### WHAT TO DO
The lines from the start of the data through the line containing "v2 v4 CIRCLE(AX(P(-4.318468,14.364917,0),D(0,0,1),D(1,0,0)),5)" are to be reproduced exactly, both ends included.

Collected data entries:
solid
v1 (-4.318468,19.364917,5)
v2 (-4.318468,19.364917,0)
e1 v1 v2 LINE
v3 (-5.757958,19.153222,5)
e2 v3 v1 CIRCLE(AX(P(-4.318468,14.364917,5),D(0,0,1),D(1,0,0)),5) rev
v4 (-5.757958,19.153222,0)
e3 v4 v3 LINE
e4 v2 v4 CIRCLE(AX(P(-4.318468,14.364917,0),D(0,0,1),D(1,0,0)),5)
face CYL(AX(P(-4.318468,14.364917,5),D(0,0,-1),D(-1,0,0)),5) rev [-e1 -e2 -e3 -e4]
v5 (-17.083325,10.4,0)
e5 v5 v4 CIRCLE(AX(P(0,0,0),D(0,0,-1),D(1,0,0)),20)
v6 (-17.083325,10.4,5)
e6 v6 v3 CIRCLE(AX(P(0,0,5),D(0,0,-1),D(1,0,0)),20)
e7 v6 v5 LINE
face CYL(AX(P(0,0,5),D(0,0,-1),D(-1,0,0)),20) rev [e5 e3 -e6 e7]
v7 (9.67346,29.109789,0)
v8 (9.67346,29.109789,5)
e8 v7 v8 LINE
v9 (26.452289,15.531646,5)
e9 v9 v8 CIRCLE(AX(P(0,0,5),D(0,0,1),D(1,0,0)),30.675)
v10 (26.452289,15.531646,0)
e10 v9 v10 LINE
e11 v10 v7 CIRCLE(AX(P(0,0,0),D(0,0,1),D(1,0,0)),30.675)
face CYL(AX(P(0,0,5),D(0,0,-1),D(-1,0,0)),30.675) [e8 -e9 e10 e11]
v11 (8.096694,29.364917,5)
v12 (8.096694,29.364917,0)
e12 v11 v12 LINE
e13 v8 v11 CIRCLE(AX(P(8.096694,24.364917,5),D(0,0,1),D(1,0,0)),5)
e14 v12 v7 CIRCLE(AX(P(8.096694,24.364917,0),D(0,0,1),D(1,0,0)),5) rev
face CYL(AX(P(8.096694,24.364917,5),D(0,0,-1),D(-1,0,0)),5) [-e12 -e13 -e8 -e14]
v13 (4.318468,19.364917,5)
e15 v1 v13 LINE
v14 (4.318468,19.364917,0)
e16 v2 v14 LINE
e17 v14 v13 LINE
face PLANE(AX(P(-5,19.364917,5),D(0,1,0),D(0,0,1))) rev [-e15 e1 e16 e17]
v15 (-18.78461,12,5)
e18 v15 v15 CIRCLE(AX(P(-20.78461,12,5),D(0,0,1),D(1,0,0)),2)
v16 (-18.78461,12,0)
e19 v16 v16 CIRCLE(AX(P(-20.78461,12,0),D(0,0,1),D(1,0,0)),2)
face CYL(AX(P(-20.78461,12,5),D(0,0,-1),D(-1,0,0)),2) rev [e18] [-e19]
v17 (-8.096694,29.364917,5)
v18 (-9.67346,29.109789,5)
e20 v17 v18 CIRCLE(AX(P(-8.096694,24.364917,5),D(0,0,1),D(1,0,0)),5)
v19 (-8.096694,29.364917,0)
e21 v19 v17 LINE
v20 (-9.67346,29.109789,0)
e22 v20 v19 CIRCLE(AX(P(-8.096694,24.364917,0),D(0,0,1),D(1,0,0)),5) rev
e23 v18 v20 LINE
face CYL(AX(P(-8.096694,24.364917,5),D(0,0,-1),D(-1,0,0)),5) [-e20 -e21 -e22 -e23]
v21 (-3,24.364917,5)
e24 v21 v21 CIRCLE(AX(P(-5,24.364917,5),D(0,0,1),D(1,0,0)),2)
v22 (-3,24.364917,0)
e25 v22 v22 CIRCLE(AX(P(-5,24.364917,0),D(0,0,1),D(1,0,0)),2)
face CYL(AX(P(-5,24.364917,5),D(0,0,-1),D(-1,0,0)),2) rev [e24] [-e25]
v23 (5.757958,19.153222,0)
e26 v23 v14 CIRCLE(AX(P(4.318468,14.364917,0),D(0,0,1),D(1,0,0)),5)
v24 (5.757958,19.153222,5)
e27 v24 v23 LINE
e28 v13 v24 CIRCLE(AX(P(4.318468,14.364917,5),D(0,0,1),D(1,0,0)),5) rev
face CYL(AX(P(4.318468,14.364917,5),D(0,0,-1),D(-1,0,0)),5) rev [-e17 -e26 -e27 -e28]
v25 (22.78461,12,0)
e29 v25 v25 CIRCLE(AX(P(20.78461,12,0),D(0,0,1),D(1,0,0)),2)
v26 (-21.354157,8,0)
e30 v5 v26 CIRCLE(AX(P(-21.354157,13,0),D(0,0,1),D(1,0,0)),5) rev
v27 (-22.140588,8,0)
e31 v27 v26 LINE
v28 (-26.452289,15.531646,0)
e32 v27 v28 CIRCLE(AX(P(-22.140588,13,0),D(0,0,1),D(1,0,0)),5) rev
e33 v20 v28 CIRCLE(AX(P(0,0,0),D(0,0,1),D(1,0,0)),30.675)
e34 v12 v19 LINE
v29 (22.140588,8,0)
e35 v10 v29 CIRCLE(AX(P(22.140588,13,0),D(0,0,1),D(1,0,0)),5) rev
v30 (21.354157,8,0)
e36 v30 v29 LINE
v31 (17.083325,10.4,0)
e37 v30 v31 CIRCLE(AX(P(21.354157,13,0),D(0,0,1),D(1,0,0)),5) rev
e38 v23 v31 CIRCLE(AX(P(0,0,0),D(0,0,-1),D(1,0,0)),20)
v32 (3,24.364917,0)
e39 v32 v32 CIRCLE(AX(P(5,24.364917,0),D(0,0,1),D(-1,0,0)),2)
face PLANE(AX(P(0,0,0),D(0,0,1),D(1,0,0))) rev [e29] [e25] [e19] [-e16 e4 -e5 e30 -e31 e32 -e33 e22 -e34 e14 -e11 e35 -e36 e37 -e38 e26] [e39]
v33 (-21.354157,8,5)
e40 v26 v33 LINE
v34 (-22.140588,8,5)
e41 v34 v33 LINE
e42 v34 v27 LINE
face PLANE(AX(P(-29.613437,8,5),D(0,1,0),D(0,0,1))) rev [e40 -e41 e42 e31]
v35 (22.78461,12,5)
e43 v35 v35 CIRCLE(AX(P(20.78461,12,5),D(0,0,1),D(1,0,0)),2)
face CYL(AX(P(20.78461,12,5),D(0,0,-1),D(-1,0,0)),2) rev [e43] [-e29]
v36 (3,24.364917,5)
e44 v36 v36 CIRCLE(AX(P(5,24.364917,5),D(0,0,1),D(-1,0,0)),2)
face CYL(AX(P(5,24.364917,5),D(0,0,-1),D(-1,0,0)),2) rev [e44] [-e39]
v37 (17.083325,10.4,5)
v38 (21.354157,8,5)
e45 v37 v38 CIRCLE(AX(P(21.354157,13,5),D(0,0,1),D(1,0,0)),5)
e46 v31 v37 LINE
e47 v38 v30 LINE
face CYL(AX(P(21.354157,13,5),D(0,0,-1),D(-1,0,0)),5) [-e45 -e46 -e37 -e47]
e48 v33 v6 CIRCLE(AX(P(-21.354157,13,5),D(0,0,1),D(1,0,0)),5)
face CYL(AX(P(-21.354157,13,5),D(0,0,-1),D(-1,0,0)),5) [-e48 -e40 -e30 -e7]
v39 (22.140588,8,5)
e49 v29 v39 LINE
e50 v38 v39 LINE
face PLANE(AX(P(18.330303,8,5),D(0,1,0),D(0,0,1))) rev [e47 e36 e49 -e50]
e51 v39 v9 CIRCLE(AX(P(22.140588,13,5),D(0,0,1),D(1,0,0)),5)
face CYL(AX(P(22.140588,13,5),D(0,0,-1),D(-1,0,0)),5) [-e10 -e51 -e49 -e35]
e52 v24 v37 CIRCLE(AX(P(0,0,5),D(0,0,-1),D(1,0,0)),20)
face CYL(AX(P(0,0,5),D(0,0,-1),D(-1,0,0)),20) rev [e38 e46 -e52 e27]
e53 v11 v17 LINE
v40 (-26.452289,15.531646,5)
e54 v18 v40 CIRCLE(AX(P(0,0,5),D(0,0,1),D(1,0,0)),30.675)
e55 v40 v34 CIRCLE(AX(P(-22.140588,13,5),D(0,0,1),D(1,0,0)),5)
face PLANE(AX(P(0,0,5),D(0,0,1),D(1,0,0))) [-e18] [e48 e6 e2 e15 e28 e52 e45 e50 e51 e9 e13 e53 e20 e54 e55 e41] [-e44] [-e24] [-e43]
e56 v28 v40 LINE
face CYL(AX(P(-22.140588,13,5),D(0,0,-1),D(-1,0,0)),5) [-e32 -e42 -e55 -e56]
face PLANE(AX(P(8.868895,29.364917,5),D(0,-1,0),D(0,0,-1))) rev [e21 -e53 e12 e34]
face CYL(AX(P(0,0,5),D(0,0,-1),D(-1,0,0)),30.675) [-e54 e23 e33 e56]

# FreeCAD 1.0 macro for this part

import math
import FreeCAD as App
import Part
import Sketcher
from FreeCAD import Vector


def edges_at(feature, points):
    """Names of the edges that pass closest to the given points."""
    edges = feature.Shape.Edges
    near = lambda p: min(range(len(edges)), key=lambda i: edges[i].distToShape(Part.Vertex(*p))[0])
    return sorted({f"Edge{near(p) + 1}" for p in points})

doc = App.newDocument("Part")
body = doc.addObject("PartDesign::Body", "Body")

# Sketch on XY plane
sketch1 = body.newObject("Sketcher::SketchObject", "Sketch")
sketch1.AttachmentSupport = (doc.getObject("XY_Plane"), [""])
sketch1.MapMode = "FlatFace"
sketch1.addGeometry(Part.LineSegment(Vector(-29.6, 8, 0), Vector(-18.3, 8, 0)), False)
sketch1.addGeometry(Part.ArcOfCircle(Part.Circle(Vector(0, 0, 0), Vector(0, 0, 1), 20), math.radians(104), math.radians(156)), False)
sketch1.addGeometry(Part.LineSegment(Vector(-5, 19.4, 0), Vector(5, 19.4, 0)), False)
sketch1.addGeometry(Part.ArcOfCircle(Part.Circle(Vector(0, 0, 0), Vector(0, 0, 1), 20), math.radians(24), math.radians(76)), False)
sketch1.addGeometry(Part.LineSegment(Vector(18.3, 8, 0), Vector(29.6, 8, 0)), False)
sketch1.addGeometry(Part.ArcOfCircle(Part.Circle(Vector(0, 0, 0), Vector(0, 0, 1), 30.7), math.radians(15), math.radians(73)), False)
sketch1.addGeometry(Part.LineSegment(Vector(8.9, 29.4, 0), Vector(-8.9, 29.4, 0)), False)
sketch1.addGeometry(Part.ArcOfCircle(Part.Circle(Vector(0, 0, 0), Vector(0, 0, 1), 30.7), math.radians(107), math.radians(165)), False)
sketch1.addGeometry(Part.Circle(Vector(-20.8, 12, 0), Vector(0, 0, 1), 2), False)
sketch1.addGeometry(Part.Circle(Vector(20.8, 12, 0), Vector(0, 0, 1), 2), False)
sketch1.addGeometry(Part.Circle(Vector(-5, 24.4, 0), Vector(0, 0, 1), 2), False)
sketch1.addGeometry(Part.Circle(Vector(5, 24.4, 0), Vector(0, 0, 1), 2), False)
sketch1.addConstraint(Sketcher.Constraint("Coincident", 0, 2, 1, 2))
sketch1.addConstraint(Sketcher.Constraint("Coincident", 1, 1, 2, 1))
sketch1.addConstraint(Sketcher.Constraint("Coincident", 2, 2, 3, 2))
sketch1.addConstraint(Sketcher.Constraint("Coincident", 3, 1, 4, 1))
sketch1.addConstraint(Sketcher.Constraint("Coincident", 4, 2, 5, 1))
sketch1.addConstraint(Sketcher.Constraint("Coincident", 5, 2, 6, 1))
sketch1.addConstraint(Sketcher.Constraint("Coincident", 6, 2, 7, 1))
sketch1.addConstraint(Sketcher.Constraint("Coincident", 7, 2, 0, 1))
sketch1.addConstraint(Sketcher.Constraint("Horizontal", 0))
sketch1.addConstraint(Sketcher.Constraint("Horizontal", 2))
sketch1.addConstraint(Sketcher.Constraint("Horizontal", 4))
sketch1.addConstraint(Sketcher.Constraint("Horizontal", 6))
sketch1.addConstraint(Sketcher.Constraint("Coincident", 1, 3, -1, 1))
sketch1.addConstraint(Sketcher.Constraint("Coincident", 3, 3, -1, 1))
sketch1.addConstraint(Sketcher.Constraint("Coincident", 5, 3, -1, 1))
sketch1.addConstraint(Sketcher.Constraint("Coincident", 7, 3, -1, 1))
sketch1.addConstraint(Sketcher.Constraint("Equal", 1, 3))
sketch1.addConstraint(Sketcher.Constraint("Equal", 5, 7))
sketch1.addConstraint(Sketcher.Constraint("Equal", 8, 9))
sketch1.addConstraint(Sketcher.Constraint("Equal", 9, 10))
sketch1.addConstraint(Sketcher.Constraint("Equal", 10, 11))
sketch1.addConstraint(Sketcher.Constraint("Symmetric", 8, 3, 9, 3, -2))
sketch1.addConstraint(Sketcher.Constraint("Symmetric", 10, 3, 11, 3, -2))
sketch1.addConstraint(Sketcher.Constraint("Horizontal", 0, 2, 3, 1))
sketch1.addConstraint(Sketcher.Constraint("Vertical", 10, 3, 1, 1))
sketch1.addConstraint(Sketcher.Constraint("Diameter", 8, 4.0))
sketch1.addConstraint(Sketcher.Constraint("Radius", 1, 20.0))
sketch1.addConstraint(Sketcher.Constraint("DistanceX", 2, 1, 2, 2, 10.0))
sketch1.addConstraint(Sketcher.Constraint("DistanceY", -1, 1, 8, 3, 12.0))
sketch1.addConstraint(Sketcher.Constraint("DistanceY", -1, 1, 0, 2, 8.0))
sketch1.addConstraint(Sketcher.Constraint("Radius", 5, 30.675))
sketch1.addConstraint(Sketcher.Constraint("DistanceY", 1, 1, 10, 3, 5.0))
sketch1.addConstraint(Sketcher.Constraint("DistanceY", 11, 3, 5, 2, 5.0))
sketch1.addConstraint(Sketcher.Constraint("DistanceX", 8, 3, -1, 1, 20.78461))
pad1 = body.newObject("PartDesign::Pad", "Pad")
pad1.Profile = sketch1
pad1.Length = 5
doc.recompute()

fillet = body.newObject("PartDesign::Fillet", "Fillet")
fillet.Base = (pad1, edges_at(pad1, [
    (-18.33, 8, 2.5),
    (-29.613, 8, 2.5),
    (-8.869, 29.365, 2.5),
    (8.869, 29.365, 2.5),
    (29.613, 8, 2.5),
    (18.33, 8, 2.5),
    (5, 19.365, 2.5),
    (-5, 19.365, 2.5),
]))
fillet.Radius = 5

doc.recompute()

### TASK RESPONSE
solid
v1 (-4.318468,19.364917,5)
v2 (-4.318468,19.364917,0)
e1 v1 v2 LINE
v3 (-5.757958,19.153222,5)
e2 v3 v1 CIRCLE(AX(P(-4.318468,14.364917,5),D(0,0,1),D(1,0,0)),5) rev
v4 (-5.757958,19.153222,0)
e3 v4 v3 LINE
e4 v2 v4 CIRCLE(AX(P(-4.318468,14.364917,0),D(0,0,1),D(1,0,0)),5)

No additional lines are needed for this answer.